■ **Required action**
Collect the lines of the entries where "this" shows up.

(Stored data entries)
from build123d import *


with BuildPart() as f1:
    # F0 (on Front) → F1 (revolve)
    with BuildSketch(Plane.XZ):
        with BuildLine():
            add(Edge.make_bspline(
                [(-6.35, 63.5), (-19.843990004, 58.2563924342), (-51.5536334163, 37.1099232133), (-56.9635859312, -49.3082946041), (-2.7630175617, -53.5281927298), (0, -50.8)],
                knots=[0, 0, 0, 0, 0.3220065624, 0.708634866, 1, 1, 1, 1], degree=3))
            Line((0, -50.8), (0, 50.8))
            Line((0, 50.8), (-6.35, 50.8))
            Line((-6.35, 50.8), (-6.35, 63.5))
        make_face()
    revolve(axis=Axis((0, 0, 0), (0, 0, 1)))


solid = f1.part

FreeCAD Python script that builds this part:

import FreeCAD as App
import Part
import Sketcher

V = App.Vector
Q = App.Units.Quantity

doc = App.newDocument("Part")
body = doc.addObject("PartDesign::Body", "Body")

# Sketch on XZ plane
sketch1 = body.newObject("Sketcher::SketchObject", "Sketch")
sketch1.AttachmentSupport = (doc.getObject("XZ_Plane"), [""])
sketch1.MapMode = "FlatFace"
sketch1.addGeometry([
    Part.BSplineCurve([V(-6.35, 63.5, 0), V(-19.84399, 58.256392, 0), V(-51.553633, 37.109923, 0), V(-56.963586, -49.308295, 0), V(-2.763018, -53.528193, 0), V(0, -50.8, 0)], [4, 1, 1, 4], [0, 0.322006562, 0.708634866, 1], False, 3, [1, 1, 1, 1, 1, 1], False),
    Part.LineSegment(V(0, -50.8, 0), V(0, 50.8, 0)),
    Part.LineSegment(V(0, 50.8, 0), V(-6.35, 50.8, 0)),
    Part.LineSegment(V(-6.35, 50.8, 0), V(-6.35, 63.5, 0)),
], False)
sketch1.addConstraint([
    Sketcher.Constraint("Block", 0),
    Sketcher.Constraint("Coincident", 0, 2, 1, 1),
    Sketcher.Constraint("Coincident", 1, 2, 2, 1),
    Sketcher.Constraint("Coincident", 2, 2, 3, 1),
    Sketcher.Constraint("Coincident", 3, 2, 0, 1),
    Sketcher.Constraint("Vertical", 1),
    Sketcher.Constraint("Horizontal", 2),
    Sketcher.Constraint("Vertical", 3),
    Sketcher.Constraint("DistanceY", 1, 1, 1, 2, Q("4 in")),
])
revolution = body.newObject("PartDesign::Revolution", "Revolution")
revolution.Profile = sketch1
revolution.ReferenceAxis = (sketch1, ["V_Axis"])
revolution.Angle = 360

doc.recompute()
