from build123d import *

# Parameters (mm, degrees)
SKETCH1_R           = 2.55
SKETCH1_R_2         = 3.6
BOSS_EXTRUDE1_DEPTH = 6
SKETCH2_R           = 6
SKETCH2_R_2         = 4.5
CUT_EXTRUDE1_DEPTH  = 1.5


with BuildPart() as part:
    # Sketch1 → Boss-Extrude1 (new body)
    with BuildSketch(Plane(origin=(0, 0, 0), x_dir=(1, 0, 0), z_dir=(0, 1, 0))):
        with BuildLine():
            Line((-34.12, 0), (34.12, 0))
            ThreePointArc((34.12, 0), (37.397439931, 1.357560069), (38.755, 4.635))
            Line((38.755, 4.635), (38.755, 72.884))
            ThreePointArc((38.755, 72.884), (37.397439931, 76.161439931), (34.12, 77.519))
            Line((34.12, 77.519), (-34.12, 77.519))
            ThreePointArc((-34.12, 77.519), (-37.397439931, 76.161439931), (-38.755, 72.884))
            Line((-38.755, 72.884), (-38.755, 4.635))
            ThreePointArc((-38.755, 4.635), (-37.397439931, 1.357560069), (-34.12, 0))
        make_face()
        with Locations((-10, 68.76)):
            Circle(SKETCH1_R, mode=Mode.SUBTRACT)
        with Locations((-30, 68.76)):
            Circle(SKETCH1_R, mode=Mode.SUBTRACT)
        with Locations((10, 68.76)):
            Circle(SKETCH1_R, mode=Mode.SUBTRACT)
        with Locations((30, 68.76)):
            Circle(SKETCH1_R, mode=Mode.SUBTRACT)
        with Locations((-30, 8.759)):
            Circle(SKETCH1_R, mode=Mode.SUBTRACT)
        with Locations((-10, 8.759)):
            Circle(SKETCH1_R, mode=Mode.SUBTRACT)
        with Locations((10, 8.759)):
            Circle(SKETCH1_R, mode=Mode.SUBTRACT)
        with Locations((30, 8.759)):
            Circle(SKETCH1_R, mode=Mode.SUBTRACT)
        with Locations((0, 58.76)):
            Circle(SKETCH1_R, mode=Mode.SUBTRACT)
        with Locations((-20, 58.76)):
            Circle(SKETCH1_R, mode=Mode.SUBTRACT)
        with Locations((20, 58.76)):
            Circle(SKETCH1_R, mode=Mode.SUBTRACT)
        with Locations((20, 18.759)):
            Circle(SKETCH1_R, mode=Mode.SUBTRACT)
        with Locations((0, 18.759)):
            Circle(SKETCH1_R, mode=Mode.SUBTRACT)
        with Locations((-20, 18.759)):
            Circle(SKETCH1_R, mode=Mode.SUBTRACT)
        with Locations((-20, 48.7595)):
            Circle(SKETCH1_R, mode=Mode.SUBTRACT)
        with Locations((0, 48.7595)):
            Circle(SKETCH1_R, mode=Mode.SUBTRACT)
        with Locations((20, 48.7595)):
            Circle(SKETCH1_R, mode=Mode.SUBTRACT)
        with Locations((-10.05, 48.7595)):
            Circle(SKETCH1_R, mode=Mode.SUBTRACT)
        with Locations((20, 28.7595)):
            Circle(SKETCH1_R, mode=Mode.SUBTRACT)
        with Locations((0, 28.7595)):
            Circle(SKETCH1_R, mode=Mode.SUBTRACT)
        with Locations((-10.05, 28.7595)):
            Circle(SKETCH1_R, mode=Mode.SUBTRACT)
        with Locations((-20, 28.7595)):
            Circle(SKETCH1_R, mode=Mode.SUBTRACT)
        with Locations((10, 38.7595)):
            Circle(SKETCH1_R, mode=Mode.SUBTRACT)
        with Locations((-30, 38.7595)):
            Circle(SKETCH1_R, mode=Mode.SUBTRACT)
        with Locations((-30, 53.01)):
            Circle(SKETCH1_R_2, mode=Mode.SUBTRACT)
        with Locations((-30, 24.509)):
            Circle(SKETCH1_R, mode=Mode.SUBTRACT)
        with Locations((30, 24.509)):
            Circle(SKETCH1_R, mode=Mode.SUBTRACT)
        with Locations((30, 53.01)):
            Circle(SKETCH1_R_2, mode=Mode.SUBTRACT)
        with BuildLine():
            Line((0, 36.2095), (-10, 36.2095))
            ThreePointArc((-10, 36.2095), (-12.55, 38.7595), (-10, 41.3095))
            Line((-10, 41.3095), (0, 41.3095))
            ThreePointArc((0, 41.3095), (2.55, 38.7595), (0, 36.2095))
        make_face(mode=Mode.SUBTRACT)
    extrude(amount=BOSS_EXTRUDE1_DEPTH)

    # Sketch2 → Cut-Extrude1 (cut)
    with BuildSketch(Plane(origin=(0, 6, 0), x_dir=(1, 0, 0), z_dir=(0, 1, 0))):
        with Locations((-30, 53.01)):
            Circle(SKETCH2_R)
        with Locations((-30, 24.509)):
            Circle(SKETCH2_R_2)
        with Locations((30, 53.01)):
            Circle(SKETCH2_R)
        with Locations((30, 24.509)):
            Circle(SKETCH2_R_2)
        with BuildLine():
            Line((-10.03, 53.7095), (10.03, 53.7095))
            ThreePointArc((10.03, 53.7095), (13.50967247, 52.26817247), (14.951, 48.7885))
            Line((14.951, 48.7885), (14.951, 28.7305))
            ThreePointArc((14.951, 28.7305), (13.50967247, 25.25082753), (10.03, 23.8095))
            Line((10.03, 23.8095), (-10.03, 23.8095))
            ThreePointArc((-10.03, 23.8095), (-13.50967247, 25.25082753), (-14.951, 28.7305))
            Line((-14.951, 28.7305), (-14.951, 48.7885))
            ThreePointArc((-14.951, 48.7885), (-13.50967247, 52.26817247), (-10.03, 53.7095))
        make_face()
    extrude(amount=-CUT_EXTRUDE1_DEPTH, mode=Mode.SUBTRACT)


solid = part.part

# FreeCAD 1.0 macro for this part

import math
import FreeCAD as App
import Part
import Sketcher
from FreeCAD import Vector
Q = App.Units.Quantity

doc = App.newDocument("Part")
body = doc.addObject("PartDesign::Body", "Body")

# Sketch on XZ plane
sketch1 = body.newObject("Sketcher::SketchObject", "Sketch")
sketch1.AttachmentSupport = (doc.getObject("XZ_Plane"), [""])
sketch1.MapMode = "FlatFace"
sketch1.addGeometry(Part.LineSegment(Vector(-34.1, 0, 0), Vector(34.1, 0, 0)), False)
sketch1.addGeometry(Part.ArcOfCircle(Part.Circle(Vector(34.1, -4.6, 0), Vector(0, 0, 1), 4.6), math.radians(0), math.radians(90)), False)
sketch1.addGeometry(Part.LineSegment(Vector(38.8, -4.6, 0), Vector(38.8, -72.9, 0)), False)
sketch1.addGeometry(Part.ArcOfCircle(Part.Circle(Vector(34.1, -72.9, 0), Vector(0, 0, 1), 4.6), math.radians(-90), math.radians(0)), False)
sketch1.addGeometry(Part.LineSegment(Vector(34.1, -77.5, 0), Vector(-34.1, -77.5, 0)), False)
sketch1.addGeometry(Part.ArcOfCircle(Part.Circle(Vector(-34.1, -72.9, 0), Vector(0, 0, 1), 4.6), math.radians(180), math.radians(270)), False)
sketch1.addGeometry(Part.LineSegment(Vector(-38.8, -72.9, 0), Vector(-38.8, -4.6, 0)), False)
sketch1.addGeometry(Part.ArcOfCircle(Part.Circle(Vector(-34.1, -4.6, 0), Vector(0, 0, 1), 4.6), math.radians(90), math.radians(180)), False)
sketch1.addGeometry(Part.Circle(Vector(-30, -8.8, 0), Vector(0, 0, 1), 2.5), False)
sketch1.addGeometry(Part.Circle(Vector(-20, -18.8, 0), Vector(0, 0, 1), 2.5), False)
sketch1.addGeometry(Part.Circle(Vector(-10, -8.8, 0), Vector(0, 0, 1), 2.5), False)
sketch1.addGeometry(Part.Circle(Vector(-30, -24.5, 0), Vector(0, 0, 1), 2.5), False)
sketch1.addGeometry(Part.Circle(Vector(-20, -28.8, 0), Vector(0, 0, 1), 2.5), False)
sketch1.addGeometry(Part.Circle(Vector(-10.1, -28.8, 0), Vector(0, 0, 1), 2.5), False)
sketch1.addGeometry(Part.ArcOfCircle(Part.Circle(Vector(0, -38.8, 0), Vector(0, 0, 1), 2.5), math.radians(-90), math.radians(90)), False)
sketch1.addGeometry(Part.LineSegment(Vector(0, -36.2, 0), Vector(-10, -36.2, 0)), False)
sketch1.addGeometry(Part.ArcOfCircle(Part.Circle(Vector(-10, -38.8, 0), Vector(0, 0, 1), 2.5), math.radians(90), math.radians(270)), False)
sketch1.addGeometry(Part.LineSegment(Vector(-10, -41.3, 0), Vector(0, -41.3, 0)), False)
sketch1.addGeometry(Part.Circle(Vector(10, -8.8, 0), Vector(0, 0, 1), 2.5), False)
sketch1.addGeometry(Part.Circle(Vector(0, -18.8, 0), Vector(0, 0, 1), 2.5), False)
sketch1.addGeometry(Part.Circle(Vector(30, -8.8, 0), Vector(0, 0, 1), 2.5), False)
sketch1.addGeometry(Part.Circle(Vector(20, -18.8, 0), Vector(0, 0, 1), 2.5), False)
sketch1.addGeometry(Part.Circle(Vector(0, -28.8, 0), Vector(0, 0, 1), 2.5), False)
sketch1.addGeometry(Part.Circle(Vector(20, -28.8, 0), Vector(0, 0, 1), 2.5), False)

* * *

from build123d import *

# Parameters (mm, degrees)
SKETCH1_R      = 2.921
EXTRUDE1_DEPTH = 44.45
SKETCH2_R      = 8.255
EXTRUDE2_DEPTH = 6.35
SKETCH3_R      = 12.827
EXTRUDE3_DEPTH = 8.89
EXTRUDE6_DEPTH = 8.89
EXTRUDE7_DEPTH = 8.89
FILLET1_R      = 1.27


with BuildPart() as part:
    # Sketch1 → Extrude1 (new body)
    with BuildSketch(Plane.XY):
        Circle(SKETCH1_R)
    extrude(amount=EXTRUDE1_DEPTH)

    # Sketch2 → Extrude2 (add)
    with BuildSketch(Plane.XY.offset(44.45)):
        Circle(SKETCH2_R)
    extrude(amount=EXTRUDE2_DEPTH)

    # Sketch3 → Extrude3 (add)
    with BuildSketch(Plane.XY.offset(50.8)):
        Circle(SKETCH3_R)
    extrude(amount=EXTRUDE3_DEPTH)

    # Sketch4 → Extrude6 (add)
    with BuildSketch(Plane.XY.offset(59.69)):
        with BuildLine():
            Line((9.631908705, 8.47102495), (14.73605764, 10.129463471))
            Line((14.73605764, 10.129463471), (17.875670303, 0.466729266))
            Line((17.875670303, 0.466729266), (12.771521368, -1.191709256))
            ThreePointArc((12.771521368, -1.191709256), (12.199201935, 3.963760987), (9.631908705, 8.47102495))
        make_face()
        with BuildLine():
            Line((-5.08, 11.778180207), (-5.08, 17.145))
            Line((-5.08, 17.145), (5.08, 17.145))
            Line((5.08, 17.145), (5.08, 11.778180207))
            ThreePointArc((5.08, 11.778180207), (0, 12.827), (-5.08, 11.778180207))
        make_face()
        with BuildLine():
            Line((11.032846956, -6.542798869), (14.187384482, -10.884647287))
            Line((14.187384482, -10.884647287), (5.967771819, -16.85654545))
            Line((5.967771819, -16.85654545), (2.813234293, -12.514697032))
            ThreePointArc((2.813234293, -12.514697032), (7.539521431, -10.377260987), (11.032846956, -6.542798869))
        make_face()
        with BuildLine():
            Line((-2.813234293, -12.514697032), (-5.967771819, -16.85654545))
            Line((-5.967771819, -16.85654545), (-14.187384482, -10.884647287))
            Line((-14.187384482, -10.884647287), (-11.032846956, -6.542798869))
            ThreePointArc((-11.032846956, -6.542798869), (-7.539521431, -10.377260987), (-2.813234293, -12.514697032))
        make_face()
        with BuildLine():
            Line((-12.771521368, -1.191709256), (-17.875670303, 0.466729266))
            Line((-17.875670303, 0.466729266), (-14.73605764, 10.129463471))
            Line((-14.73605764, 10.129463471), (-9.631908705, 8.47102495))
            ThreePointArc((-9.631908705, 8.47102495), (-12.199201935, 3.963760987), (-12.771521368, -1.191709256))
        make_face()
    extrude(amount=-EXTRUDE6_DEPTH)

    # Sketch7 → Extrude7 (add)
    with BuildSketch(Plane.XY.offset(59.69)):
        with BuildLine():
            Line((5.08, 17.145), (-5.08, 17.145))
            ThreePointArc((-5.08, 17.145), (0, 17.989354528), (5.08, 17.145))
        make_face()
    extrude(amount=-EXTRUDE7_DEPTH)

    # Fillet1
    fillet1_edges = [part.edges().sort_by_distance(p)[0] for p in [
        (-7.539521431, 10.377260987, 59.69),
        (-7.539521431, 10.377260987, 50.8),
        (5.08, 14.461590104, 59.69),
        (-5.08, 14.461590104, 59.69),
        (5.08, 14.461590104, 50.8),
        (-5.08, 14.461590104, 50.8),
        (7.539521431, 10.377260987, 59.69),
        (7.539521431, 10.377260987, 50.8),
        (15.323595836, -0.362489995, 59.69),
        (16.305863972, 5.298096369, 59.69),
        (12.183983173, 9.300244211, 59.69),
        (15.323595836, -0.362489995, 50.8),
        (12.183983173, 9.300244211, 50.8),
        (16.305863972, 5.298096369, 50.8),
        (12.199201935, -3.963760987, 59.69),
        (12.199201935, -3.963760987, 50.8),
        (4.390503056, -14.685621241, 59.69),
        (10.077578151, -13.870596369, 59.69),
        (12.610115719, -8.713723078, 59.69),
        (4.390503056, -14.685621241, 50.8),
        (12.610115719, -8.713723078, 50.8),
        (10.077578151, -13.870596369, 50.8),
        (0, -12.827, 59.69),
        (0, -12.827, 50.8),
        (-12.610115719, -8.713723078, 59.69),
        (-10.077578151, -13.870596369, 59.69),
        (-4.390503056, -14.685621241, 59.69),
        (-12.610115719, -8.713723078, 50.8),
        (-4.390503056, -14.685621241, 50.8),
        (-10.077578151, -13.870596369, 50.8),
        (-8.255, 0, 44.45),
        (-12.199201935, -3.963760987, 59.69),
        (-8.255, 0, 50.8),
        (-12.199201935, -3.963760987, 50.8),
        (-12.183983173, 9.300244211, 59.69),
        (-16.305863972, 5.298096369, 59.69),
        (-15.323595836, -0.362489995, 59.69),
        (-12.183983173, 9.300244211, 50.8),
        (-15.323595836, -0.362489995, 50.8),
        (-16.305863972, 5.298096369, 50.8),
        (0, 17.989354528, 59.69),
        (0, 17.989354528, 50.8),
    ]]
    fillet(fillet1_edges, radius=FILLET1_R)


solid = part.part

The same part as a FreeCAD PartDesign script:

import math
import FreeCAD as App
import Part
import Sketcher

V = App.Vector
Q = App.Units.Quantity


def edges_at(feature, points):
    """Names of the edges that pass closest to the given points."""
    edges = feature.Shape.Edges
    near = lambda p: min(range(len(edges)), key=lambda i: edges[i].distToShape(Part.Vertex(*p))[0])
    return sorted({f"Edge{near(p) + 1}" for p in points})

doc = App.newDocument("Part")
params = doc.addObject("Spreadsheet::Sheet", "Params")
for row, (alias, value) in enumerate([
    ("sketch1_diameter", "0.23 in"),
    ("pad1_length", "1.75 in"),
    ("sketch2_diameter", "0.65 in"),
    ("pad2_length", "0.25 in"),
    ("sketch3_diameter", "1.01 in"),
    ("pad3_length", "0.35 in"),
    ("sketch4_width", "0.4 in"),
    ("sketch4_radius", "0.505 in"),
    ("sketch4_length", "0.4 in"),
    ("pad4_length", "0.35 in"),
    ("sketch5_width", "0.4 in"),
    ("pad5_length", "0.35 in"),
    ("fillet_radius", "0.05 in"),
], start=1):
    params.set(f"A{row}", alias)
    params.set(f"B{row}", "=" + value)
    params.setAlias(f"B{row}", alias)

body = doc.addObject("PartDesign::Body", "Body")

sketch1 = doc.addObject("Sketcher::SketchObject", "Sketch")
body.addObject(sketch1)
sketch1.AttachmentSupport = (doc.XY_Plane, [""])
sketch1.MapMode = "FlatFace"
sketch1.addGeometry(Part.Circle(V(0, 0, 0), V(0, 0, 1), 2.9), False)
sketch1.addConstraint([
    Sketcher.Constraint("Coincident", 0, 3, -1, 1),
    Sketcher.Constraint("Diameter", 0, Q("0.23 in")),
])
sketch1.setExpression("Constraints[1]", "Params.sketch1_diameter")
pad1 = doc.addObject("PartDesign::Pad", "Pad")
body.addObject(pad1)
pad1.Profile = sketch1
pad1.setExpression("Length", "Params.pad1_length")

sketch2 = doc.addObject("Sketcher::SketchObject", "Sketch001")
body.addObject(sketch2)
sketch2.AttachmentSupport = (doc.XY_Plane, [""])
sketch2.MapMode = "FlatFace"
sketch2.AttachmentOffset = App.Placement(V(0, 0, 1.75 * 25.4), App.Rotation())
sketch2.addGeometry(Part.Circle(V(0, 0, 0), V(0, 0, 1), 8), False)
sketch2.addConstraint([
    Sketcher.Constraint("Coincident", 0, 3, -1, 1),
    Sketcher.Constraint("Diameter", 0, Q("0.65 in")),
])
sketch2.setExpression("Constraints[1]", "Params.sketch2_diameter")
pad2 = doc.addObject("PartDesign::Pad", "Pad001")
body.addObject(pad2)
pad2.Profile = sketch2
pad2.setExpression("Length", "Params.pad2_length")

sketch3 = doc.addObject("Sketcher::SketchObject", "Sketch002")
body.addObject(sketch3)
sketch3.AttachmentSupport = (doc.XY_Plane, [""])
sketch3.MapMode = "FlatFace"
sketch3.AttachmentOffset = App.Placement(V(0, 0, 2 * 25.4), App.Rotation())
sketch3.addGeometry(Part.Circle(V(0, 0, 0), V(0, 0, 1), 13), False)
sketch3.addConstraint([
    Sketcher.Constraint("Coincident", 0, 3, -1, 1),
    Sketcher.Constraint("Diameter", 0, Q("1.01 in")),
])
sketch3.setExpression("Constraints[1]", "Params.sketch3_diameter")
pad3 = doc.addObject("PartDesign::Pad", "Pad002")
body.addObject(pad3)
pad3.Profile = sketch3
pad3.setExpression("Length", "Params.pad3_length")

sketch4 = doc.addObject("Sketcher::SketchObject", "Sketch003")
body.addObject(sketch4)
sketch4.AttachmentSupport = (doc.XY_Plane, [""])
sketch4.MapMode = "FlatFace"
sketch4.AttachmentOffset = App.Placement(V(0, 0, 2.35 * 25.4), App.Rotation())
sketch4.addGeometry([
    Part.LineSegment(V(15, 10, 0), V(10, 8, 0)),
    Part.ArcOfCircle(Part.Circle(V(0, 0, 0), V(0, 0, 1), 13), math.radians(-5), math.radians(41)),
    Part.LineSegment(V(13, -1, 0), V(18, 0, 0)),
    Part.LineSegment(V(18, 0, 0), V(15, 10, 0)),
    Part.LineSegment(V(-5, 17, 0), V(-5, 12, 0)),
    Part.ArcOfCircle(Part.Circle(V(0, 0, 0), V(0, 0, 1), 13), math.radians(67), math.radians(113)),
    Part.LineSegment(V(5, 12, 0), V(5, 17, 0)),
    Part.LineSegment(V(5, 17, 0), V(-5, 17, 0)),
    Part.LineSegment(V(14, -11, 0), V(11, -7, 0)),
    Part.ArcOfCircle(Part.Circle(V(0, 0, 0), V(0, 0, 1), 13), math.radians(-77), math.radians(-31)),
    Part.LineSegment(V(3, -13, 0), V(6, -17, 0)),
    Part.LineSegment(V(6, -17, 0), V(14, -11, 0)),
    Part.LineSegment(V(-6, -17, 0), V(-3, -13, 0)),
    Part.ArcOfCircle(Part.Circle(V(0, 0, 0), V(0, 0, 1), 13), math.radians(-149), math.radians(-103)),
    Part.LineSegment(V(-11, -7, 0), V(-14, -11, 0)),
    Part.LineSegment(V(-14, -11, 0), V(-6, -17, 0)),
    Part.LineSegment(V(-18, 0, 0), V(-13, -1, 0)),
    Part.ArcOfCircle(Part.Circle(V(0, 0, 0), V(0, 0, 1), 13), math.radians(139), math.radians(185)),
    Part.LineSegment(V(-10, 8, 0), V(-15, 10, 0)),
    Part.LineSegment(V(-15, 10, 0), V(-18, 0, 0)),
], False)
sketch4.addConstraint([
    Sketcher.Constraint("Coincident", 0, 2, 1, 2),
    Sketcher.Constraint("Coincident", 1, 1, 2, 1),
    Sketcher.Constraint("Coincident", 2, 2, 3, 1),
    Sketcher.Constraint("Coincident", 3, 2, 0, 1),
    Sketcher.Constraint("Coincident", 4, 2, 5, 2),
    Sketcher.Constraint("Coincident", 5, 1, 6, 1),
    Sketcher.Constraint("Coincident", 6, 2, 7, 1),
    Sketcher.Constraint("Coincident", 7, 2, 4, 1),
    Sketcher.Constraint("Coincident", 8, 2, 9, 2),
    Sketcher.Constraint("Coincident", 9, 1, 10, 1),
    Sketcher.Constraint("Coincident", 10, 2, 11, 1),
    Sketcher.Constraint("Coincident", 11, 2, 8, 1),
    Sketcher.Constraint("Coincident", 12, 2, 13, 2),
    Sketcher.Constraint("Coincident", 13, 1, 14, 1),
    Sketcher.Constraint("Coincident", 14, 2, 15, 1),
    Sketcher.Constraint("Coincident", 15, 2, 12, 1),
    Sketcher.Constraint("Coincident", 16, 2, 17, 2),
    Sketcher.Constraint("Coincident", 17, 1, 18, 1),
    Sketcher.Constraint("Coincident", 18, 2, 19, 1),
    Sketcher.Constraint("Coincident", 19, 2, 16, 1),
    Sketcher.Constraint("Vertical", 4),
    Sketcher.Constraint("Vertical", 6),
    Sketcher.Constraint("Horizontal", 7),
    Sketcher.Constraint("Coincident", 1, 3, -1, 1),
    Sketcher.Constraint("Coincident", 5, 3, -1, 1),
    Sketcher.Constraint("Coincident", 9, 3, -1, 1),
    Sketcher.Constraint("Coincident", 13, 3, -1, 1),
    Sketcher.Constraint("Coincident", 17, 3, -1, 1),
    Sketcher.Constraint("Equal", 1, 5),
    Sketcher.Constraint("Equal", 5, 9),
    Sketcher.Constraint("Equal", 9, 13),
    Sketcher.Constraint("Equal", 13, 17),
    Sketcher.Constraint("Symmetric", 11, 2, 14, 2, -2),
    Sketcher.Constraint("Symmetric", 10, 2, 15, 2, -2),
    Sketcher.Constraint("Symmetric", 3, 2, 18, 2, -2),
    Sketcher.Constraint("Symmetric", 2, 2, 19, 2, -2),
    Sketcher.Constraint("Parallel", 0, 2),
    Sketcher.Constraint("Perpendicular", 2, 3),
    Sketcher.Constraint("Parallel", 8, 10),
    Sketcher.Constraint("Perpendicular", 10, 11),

■ **Written answer**
FreeCAD Python script that builds this part:
# FreeCAD 1.0 macro for this part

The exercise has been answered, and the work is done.